● Stored entries
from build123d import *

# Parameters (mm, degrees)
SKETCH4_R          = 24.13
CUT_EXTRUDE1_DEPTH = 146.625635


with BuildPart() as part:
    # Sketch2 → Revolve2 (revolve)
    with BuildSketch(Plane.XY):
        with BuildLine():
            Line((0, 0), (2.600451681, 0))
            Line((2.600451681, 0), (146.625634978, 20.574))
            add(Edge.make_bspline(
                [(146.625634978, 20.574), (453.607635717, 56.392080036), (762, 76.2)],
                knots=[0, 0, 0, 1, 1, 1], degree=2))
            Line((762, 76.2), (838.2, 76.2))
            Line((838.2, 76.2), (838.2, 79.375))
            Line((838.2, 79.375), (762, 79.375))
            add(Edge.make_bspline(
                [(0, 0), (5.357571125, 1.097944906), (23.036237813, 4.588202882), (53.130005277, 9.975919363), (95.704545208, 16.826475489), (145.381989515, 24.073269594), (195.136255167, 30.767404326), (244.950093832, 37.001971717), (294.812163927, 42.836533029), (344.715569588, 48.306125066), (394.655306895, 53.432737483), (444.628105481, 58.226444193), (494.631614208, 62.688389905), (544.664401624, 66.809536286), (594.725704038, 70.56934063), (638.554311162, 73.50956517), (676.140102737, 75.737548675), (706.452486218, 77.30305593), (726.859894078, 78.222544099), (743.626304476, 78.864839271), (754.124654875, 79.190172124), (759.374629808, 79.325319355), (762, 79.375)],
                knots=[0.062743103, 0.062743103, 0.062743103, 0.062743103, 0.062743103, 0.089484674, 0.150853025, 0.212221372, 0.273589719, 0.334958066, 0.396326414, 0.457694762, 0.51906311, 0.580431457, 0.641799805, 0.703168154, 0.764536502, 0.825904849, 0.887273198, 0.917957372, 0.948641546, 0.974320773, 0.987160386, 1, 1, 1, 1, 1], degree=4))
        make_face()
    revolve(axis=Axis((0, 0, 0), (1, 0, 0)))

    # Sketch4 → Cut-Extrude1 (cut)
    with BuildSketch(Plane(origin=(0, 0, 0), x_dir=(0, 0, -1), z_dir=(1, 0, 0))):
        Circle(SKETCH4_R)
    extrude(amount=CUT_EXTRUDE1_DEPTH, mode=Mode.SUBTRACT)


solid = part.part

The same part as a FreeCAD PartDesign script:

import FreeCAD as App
import Part
import Sketcher
from FreeCAD import Vector
Q = App.Units.Quantity

doc = App.newDocument("Part")
params = doc.addObject("Spreadsheet::Sheet", "Params")
for row, (alias, value) in enumerate([
    ("sketch1_width", "3 in"),
    ("revolution_angle", "360 deg"),
    ("sketch2_diameter", "1.9 in"),
    ("pocket1_length", "146.625635 mm"),
], start=1):
    params.set(f"A{row}", alias)
    params.set(f"B{row}", "=" + value)
    params.setAlias(f"B{row}", alias)

body = doc.addObject("PartDesign::Body", "Body")

sketch1 = doc.addObject("Sketcher::SketchObject", "Sketch")
body.addObject(sketch1)
sketch1.AttachmentSupport = (doc.XY_Plane, [""])
sketch1.MapMode = "FlatFace"
sketch1.addGeometry([
    Part.LineSegment(Vector(0, 0, 0), Vector(2.600452, 0, 0)),
    Part.LineSegment(Vector(2.600452, 0, 0), Vector(146.625635, 20.574, 0)),
    Part.BSplineCurve([Vector(146.625635, 20.574, 0), Vector(453.607636, 56.39208, 0), Vector(762, 76.2, 0)], [3, 3], [0, 1], False, 2, [1, 1, 1], False),
    Part.LineSegment(Vector(762, 76.2, 0), Vector(838.2, 76.2, 0)),
    Part.LineSegment(Vector(838.2, 76.2, 0), Vector(838.2, 79.375, 0)),
    Part.LineSegment(Vector(838.2, 79.375, 0), Vector(762, 79.375, 0)),
    Part.BSplineCurve([Vector(0, 0, 0), Vector(5.357571, 1.097945, 0), Vector(23.036238, 4.588203, 0), Vector(53.130005, 9.975919, 0), Vector(95.704545, 16.826475, 0), Vector(145.38199, 24.07327, 0), Vector(195.136255, 30.767404, 0), Vector(244.950094, 37.001972, 0), Vector(294.812164, 42.836533, 0), Vector(344.71557, 48.306125, 0), Vector(394.655307, 53.432737, 0), Vector(444.628105, 58.226444, 0), Vector(494.631614, 62.68839, 0), Vector(544.664402, 66.809536, 0), Vector(594.725704, 70.569341, 0), Vector(638.554311, 73.509565, 0), Vector(676.140103, 75.737549, 0), Vector(706.452486, 77.303056, 0), Vector(726.859894, 78.222544, 0), Vector(743.626304, 78.864839, 0), Vector(754.124655, 79.190172, 0), Vector(759.37463, 79.325319, 0), Vector(762, 79.375, 0)], [5, 1, 1, 1, 1, 1, 1, 1, 1, 1, 1, 1, 1, 1, 1, 1, 1, 1, 1, 5], [0.062743103, 0.089484674, 0.150853025, 0.212221372, 0.273589719, 0.334958066, 0.396326414, 0.457694762, 0.51906311, 0.580431457, 0.641799805, 0.703168154, 0.764536502, 0.825904849, 0.887273198, 0.917957372, 0.948641546, 0.974320773, 0.987160386, 1], False, 4, [1, 1, 1, 1, 1, 1, 1, 1, 1, 1, 1, 1, 1, 1, 1, 1, 1, 1, 1, 1, 1, 1, 1], False),
], False)
sketch1.addConstraint([
    Sketcher.Constraint("Block", 2),
    Sketcher.Constraint("Block", 6),
    Sketcher.Constraint("Coincident", 0, 2, 1, 1),
    Sketcher.Constraint("Coincident", 1, 2, 2, 1),
    Sketcher.Constraint("Coincident", 2, 2, 3, 1),
    Sketcher.Constraint("Coincident", 3, 2, 4, 1),
    Sketcher.Constraint("Coincident", 4, 2, 5, 1),
    Sketcher.Constraint("Coincident", 5, 2, 6, 2),
    Sketcher.Constraint("Coincident", 6, 1, 0, 1),
    Sketcher.Constraint("Horizontal", 0),
    Sketcher.Constraint("Horizontal", 3),
    Sketcher.Constraint("Vertical", 4),
    Sketcher.Constraint("Horizontal", 5),
    Sketcher.Constraint("DistanceX", 3, 1, 3, 2, Q("3 in")),
    Sketcher.Constraint("DistanceX", 0, 1, 0, 2, 2.600452),
])
sketch1.setExpression("Constraints[13]", "Params.sketch1_width")
revolution = doc.addObject("PartDesign::Revolution", "Revolution")
body.addObject(revolution)
revolution.Profile = sketch1
revolution.ReferenceAxis = (sketch1, ["H_Axis"])
revolution.setExpression("Angle", "Params.revolution_angle")

sketch2 = doc.addObject("Sketcher::SketchObject", "Sketch001")
body.addObject(sketch2)
sketch2.AttachmentSupport = (doc.YZ_Plane, [""])
sketch2.MapMode = "FlatFace"
sketch2.addGeometry(Part.Circle(Vector(0, 0, 0), Vector(0, 0, 1), 24), False)
sketch2.addConstraint([
    Sketcher.Constraint("Coincident", 0, 3, -1, 1),
    Sketcher.Constraint("Diameter", 0, Q("1.9 in")),
])
sketch2.setExpression("Constraints[1]", "Params.sketch2_diameter")
pocket1 = doc.addObject("PartDesign::Pocket", "Pocket")
body.addObject(pocket1)
pocket1.Profile = sketch2
pocket1.setExpression("Length", "Params.pocket1_length")
pocket1.Reversed = True

doc.recompute()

● Work task
Set down verbatim only the lines between the start of the data above and the line with "Line((0, 0), (2.600451681, 0))", both boundaries included.

● The answer
from build123d import *

# Parameters (mm, degrees)
SKETCH4_R          = 24.13
CUT_EXTRUDE1_DEPTH = 146.625635


with BuildPart() as part:
    # Sketch2 → Revolve2 (revolve)
    with BuildSketch(Plane.XY):
        with BuildLine():
            Line((0, 0), (2.600451681, 0))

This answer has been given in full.